May 13, 3pm (tentative) in the debugging room #BA3234
Margit Schwab, University of Vienna, Austria, Strategy and Performance-Management: The Balanced Scorecard Approach in ADOxx
The Balanced Scorecard is a management concept for strategic performance management which is characterized by its branch-independency by assigning strategic and operative goals to a balanced set of perspectives. By consequently deriving operative goals and key figures from vision and strategies, the balanced scorecard supports the operationalisation of corporate strategy.

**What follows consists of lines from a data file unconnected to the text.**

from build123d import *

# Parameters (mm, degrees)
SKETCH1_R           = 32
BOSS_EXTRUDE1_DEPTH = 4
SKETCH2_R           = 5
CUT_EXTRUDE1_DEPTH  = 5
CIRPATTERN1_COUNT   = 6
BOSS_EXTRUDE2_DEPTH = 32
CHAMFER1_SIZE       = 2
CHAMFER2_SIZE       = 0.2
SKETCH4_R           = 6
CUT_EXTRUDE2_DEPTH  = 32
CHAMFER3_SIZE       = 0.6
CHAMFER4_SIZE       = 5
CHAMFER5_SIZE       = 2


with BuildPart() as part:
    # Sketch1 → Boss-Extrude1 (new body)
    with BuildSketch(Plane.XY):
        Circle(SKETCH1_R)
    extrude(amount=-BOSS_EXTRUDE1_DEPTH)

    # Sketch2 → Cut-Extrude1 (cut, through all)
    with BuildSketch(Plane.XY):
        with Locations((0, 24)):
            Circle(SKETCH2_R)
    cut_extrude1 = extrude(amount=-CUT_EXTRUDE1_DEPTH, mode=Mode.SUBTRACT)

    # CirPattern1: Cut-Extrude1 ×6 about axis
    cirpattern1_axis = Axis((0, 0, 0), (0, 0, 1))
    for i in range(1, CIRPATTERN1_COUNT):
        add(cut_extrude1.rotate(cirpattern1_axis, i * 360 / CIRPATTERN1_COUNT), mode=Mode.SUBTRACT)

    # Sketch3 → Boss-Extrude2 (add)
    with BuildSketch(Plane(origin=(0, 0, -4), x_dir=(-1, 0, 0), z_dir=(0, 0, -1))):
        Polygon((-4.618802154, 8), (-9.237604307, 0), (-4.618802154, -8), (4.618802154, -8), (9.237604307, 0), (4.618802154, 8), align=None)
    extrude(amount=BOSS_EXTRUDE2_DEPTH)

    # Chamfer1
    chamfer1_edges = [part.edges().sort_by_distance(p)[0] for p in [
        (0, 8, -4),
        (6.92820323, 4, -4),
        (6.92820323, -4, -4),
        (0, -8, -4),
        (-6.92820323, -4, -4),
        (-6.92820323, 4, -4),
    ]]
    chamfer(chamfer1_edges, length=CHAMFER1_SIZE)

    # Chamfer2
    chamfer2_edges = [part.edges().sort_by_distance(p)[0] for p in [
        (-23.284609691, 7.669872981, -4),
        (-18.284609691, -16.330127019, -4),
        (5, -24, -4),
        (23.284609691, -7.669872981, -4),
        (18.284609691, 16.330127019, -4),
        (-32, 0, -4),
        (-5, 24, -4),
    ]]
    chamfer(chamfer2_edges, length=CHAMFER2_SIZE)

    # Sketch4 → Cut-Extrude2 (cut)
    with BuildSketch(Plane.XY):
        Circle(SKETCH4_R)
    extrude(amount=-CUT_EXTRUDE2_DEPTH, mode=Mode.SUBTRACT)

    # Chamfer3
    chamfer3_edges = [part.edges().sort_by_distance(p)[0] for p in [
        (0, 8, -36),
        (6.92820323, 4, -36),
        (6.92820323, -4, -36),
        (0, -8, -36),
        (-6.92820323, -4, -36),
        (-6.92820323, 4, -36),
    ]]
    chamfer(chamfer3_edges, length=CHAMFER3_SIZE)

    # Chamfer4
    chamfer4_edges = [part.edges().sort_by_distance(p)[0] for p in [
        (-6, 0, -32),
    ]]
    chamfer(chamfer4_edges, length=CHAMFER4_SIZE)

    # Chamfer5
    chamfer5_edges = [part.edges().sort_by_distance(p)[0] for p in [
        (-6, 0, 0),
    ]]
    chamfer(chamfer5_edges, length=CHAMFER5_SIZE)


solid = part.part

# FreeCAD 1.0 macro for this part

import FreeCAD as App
import Part
import Sketcher
Q = App.Units.Quantity


def edges_at(feature, points):
    """Names of the edges that pass closest to the given points."""
    edges = feature.Shape.Edges
    near = lambda p: min(range(len(edges)), key=lambda i: edges[i].distToShape(Part.Vertex(*p))[0])
    return sorted({f"Edge{near(p) + 1}" for p in points})


def add_polygon(sketch, points):
    """Adds a closed chain of lines whose ends are joined by coincident constraints."""
    first, n = sketch.GeometryCount, len(points)
    for a, b in zip(points, points[1:] + points[:1]):
        sketch.addGeometry(Part.LineSegment(App.Vector(*a, 0), App.Vector(*b, 0)), False)
    for i in range(n):
        sketch.addConstraint(Sketcher.Constraint("Coincident", first + i, 2, first + (i + 1) % n, 1))

doc = App.newDocument("Part")
body = doc.addObject("PartDesign::Body", "Body")

# Sketch on XY plane
sketch1 = body.newObject("Sketcher::SketchObject", "Sketch")
sketch1.AttachmentSupport = (doc.getObject("XY_Plane"), [""])
sketch1.MapMode = "FlatFace"
sketch1.addGeometry(Part.Circle(App.Vector(0, 0, 0), App.Vector(0, 0, 1), 32), False)
sketch1.addConstraint([
    Sketcher.Constraint("Coincident", 0, 3, -1, 1),
    Sketcher.Constraint("Diameter", 0, 64.0),
])
pad1 = body.newObject("PartDesign::Pad", "Pad")
pad1.Profile = sketch1
pad1.Length = 4
pad1.Reversed = True

# Sketch on XY plane
sketch2 = body.newObject("Sketcher::SketchObject", "Sketch001")
sketch2.AttachmentSupport = (doc.getObject("XY_Plane"), [""])
sketch2.MapMode = "FlatFace"
sketch2.addGeometry(Part.Circle(App.Vector(0, 24, 0), App.Vector(0, 0, 1), 5), False)
sketch2.addConstraint([
    Sketcher.Constraint("PointOnObject", 0, 3, -2),
    Sketcher.Constraint("Diameter", 0, 10.0),
    Sketcher.Constraint("DistanceY", -1, 1, 0, 3, 24.0),
])
pocket1 = body.newObject("PartDesign::Pocket", "Pocket")
pocket1.Profile = sketch2
pocket1.Type = "ThroughAll"
doc.recompute()

polarpattern = body.newObject("PartDesign::PolarPattern", "PolarPattern")
polarpattern.Originals = [pocket1]
polarpattern.Axis = (doc.getObject("Z_Axis"), [""])
polarpattern.Angle = 360
polarpattern.Occurrences = 6
body.Tip = polarpattern

# Sketch on XY plane
sketch3 = body.newObject("Sketcher::SketchObject", "Sketch002")
sketch3.AttachmentSupport = (doc.getObject("XY_Plane"), [""])
sketch3.MapMode = "FlatFace"
sketch3.AttachmentOffset = App.Placement(App.Vector(0, 0, -4), App.Rotation())
add_polygon(sketch3, [(4.618802, 8), (9.237604, 0), (4.618802, -8), (-4.618802, -8), (-9.237604, 0), (-4.618802, 8)])  # lines 0-5
sketch3.addConstraint([
    Sketcher.Constraint("Horizontal", 2),
    Sketcher.Constraint("Horizontal", 5),
    Sketcher.Constraint("Symmetric", 0, 2, 3, 2, -1, 1),
    Sketcher.Constraint("Symmetric", 1, 2, 4, 2, -1, 1),
    Sketcher.Constraint("PointOnObject", 0, 2, -1),
    Sketcher.Constraint("Parallel", 0, 3),
    Sketcher.Constraint("Vertical", 2, 2, 4, 2),
    Sketcher.Constraint("Angle", 0, Q("-60 deg")),
    Sketcher.Constraint("DistanceY", 1, 2, -1, 1, 8.0),
    Sketcher.Constraint("DistanceX", 2, 2, 2, 1, 9.237604),
])
pad2 = body.newObject("PartDesign::Pad", "Pad001")
pad2.Profile = sketch3
pad2.Length = 32
pad2.Reversed = True
doc.recompute()

chamfer = body.newObject("PartDesign::Chamfer", "Chamfer")
chamfer.Base = (pad2, edges_at(pad2, [
    (0, 8, -4),
    (6.928, 4, -4),
    (6.928, -4, -4),
    (0, -8, -4),
    (-6.928, -4, -4),
    (-6.928, 4, -4),
]))
chamfer.Size = 2
doc.recompute()

chamfer2 = body.newObject("PartDesign::Chamfer", "Chamfer001")
chamfer2.Base = (chamfer, edges_at(chamfer, [
    (-23.285, 7.67, -4),
    (-18.285, -16.33, -4),
    (5, -24, -4),
    (23.285, -7.67, -4),
    (18.285, 16.33, -4),
    (-32, 0, -4),
    (-5, 24, -4),
]))
chamfer2.Size = 0.2

# Sketch on XY plane
sketch4 = body.newObject("Sketcher::SketchObject", "Sketch003")
sketch4.AttachmentSupport = (doc.getObject("XY_Plane"), [""])
sketch4.MapMode = "FlatFace"
sketch4.addGeometry(Part.Circle(App.Vector(0, 0, 0), App.Vector(0, 0, 1), 6), False)
sketch4.addConstraint([
    Sketcher.Constraint("Coincident", 0, 3, -1, 1),
    Sketcher.Constraint("Diameter", 0, 12.0),
])
pocket2 = body.newObject("PartDesign::Pocket", "Pocket001")
pocket2.Profile = sketch4
pocket2.Length = 32
doc.recompute()

chamfer3 = body.newObject("PartDesign::Chamfer", "Chamfer002")
chamfer3.Base = (pocket2, edges_at(pocket2, [
    (0, 8, -36),
    (6.928, 4, -36),
    (6.928, -4, -36),
    (0, -8, -36),
    (-6.928, -4, -36),
    (-6.928, 4, -36),
]))
chamfer3.Size = 0.6
doc.recompute()

chamfer4 = body.newObject("PartDesign::Chamfer", "Chamfer003")
chamfer4.Base = (chamfer3, edges_at(chamfer3, [(-6, 0, -32)]))
chamfer4.Size = 5
doc.recompute()

chamfer5 = body.newObject("PartDesign::Chamfer", "Chamfer004")
chamfer5.Base = (chamfer4, edges_at(chamfer4, [(-6, 0, 0)]))
chamfer5.Size = 2

doc.recompute()
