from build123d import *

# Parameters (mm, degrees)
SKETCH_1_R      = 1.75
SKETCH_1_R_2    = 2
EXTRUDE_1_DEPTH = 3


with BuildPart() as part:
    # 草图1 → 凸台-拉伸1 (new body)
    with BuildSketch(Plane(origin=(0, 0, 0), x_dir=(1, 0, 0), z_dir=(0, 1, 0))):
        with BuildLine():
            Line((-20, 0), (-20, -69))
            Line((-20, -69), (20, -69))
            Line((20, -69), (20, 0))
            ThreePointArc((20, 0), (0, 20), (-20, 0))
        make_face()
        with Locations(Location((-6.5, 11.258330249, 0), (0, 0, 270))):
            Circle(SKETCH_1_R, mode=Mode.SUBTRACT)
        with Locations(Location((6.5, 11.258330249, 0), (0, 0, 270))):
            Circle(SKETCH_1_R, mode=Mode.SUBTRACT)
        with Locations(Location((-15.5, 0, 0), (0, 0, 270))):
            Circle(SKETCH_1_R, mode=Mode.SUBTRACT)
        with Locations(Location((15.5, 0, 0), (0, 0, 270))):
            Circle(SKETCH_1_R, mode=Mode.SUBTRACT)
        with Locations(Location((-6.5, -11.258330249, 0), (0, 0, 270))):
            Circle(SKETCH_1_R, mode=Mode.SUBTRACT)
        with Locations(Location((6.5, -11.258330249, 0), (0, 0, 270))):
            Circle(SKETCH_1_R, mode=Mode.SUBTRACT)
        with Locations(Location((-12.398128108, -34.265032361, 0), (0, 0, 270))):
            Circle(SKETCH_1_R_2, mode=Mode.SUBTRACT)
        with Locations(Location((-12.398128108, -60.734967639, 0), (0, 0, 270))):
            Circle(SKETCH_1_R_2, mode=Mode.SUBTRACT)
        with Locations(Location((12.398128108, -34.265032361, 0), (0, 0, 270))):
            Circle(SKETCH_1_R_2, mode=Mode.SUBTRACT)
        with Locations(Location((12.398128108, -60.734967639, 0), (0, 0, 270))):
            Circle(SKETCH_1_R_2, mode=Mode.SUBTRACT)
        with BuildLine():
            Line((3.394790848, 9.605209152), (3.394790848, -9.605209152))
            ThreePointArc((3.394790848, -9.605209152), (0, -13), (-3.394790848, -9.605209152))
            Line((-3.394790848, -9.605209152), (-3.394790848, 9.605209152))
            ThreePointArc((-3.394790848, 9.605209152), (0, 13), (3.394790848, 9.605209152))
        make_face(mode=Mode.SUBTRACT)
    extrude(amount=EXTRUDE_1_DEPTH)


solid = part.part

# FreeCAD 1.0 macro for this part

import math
import FreeCAD as App
import Part
import Sketcher

V = App.Vector

doc = App.newDocument("Part")
body = doc.addObject("PartDesign::Body", "Body")

sketch1 = body.newObject("Sketcher::SketchObject", "Sketch")
sketch1.AttachmentSupport = (doc.getObject("XZ_Plane"), [""])
sketch1.MapMode = "FlatFace"
sketch1.addGeometry([
    Part.LineSegment(V(-20, 0, 0), V(-20, 69, 0)),
    Part.LineSegment(V(-20, 69, 0), V(20, 69, 0)),
    Part.LineSegment(V(20, 69, 0), V(20, 0, 0)),
    Part.ArcOfCircle(Part.Circle(V(0, 0, 0), V(0, 0, 1), 20), math.radians(180), math.radians(360)),
    Part.Circle(V(-12.4, 60.7, 0), V(0, 0, 1), 2),
    Part.Circle(V(-12.4, 34.3, 0), V(0, 0, 1), 2),
    Part.Circle(V(12.4, 60.7, 0), V(0, 0, 1), 2),
    Part.Circle(V(12.4, 34.3, 0), V(0, 0, 1), 2),
    Part.Circle(V(-6.5, 11.3, 0), V(0, 0, 1), 1.8),
    Part.Circle(V(-15.5, 0, 0), V(0, 0, 1), 1.8),
    Part.Circle(V(-6.5, -11.3, 0), V(0, 0, 1), 1.8),
    Part.Circle(V(6.5, 11.3, 0), V(0, 0, 1), 1.8),
    Part.ArcOfCircle(Part.Circle(V(0, -9.6, 0), V(0, 0, 1), 3.4), math.radians(180), math.radians(360)),
    Part.LineSegment(V(3.4, -9.6, 0), V(3.4, 9.6, 0)),
    Part.ArcOfCircle(Part.Circle(V(0, 9.6, 0), V(0, 0, 1), 3.4), math.radians(0), math.radians(180)),
    Part.LineSegment(V(-3.4, 9.6, 0), V(-3.4, -9.6, 0)),
    Part.Circle(V(6.5, -11.3, 0), V(0, 0, 1), 1.8),
    Part.Circle(V(15.5, 0, 0), V(0, 0, 1), 1.8),
], False)
sketch1.addConstraint([
    Sketcher.Constraint("Coincident", 0, 2, 1, 1),
    Sketcher.Constraint("Coincident", 1, 2, 2, 1),
    Sketcher.Constraint("Tangent", 2, 2, 3, 2),
    Sketcher.Constraint("Tangent", 3, 1, 0, 1),
    Sketcher.Constraint("Tangent", 12, 2, 13, 1),
    Sketcher.Constraint("Tangent", 13, 2, 14, 1),
    Sketcher.Constraint("Tangent", 14, 2, 15, 1),
    Sketcher.Constraint("Tangent", 15, 2, 12, 1),
    Sketcher.Constraint("Vertical", 0),
    Sketcher.Constraint("Horizontal", 1),
    Sketcher.Constraint("Vertical", 2),
    Sketcher.Constraint("Vertical", 13),
    Sketcher.Constraint("Vertical", 15),
    Sketcher.Constraint("Coincident", 3, 3, -1, 1),
    Sketcher.Constraint("Equal", 4, 5),
    Sketcher.Constraint("Equal", 5, 6),
    Sketcher.Constraint("Equal", 6, 7),
    Sketcher.Constraint("Equal", 8, 9),
    Sketcher.Constraint("Equal", 9, 10),
    Sketcher.Constraint("Equal", 10, 11),
    Sketcher.Constraint("Equal", 11, 16),
    Sketcher.Constraint("Equal", 16, 17),
    Sketcher.Constraint("Symmetric", 10, 3, 11, 3, -1, 1),
    Sketcher.Constraint("Symmetric", 12, 3, 14, 3, -1, 1),
    Sketcher.Constraint("Symmetric", 8, 3, 16, 3, -1, 1),
    Sketcher.Constraint("Symmetric", 9, 3, 17, 3, -1, 1),
    Sketcher.Constraint("Symmetric", 4, 3, 6, 3, -2),
    Sketcher.Constraint("Symmetric", 5, 3, 7, 3, -2),
    Sketcher.Constraint("Symmetric", 8, 3, 11, 3, -2),
    Sketcher.Constraint("PointOnObject", 9, 3, -1),
    Sketcher.Constraint("Vertical", 4, 3, 5, 3),
    Sketcher.Constraint("Diameter", 4, 4.0),
    Sketcher.Constraint("Radius", 3, 20.0),
    Sketcher.Constraint("Diameter", 8, 3.5),
    Sketcher.Constraint("DistanceY", 0, 1, 0, 2, 69.0),
    Sketcher.Constraint("DistanceX", 9, 3, 8, 3, 9.0),
    Sketcher.Constraint("DistanceX", 8, 3, 11, 3, 13.0),
    Sketcher.Constraint("Radius", 12, 3.394791),
    Sketcher.Constraint("DistanceY", 13, 1, 13, 2, 19.210418),
    Sketcher.Constraint("DistanceX", 4, 3, -1, 1, 12.398128),
    Sketcher.Constraint("DistanceY", -1, 1, 8, 3, 11.25833),
    Sketcher.Constraint("DistanceY", -1, 1, 4, 3, 60.734968),
    Sketcher.Constraint("DistanceY", -1, 1, 5, 3, 34.265032),
])
pad1 = body.newObject("PartDesign::Pad", "Pad")
pad1.Profile = sketch1
pad1.Length = 3
pad1.Reversed = True

doc.recompute()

The tool ADOscore supports the measurement and dynamic controlling of Corporate Performance. On one hand, strategic methods such as the Balanced Scorecard are used to achieve a consistent strategic alignment. On the other hand, ADOscore is designed for Performance Management scenarios that focus on controlling defined or planned corporate processes.
The talk will give a brief introduction in the appliaction ADOscore and the realization of the BSC Management Concept on the ADOxx platform.
Margit joined the team at the University of Vienna, Dept. of Knowledge and Business Engineering at the beginning of the winter term 2008 as a doctoral student of business informatics. During her professional career with the BOC Information Technologies Consulting Group, she could gain project experience in the area of process management in the financial industry with a main focus on insurance and reinsurance. Due to her process and subject matter knowledge in this area – she was in charge for the company’s reference process library. Besides her international project experiences, the current research topics are in the fields of quality & risk management, process sourcing & strategic aspects of process design, change management and process-based compliance management.
May 10th, 2pm, in the debugging room #BA3234
Dominik Schmitz, RWTH Aachen University
Agent Instantiation in i*
Abstract. The talk will report on the investigation of the details of AGENT instantiation in i*. After reviewing the available constructs, we discuss potential problems and shortcomings. A focus will be on the clarification of how the individuality of an AGENT shapes the ROLES (POSITIONS) it PLAYS (OCCUPIES, respectively). This becomes in particular (but not only!) relevant, when i* is used to model AGENTS to enable agent-based simulations. We then present a proposal to overcome the identified shortcomings by clearly separating between the more abstract ROLE-based modeling and AGENT instantiation and by allowing for the introduction of domain-specific instantiation parameters. The proposal dedicatedly refers to i*'s foundation in the knowledge representation language Telos. The applicability is documented in a traditional requirements engineering project (in the field of control system development) as well as in agent-based simulations in the context of entrepreneurship.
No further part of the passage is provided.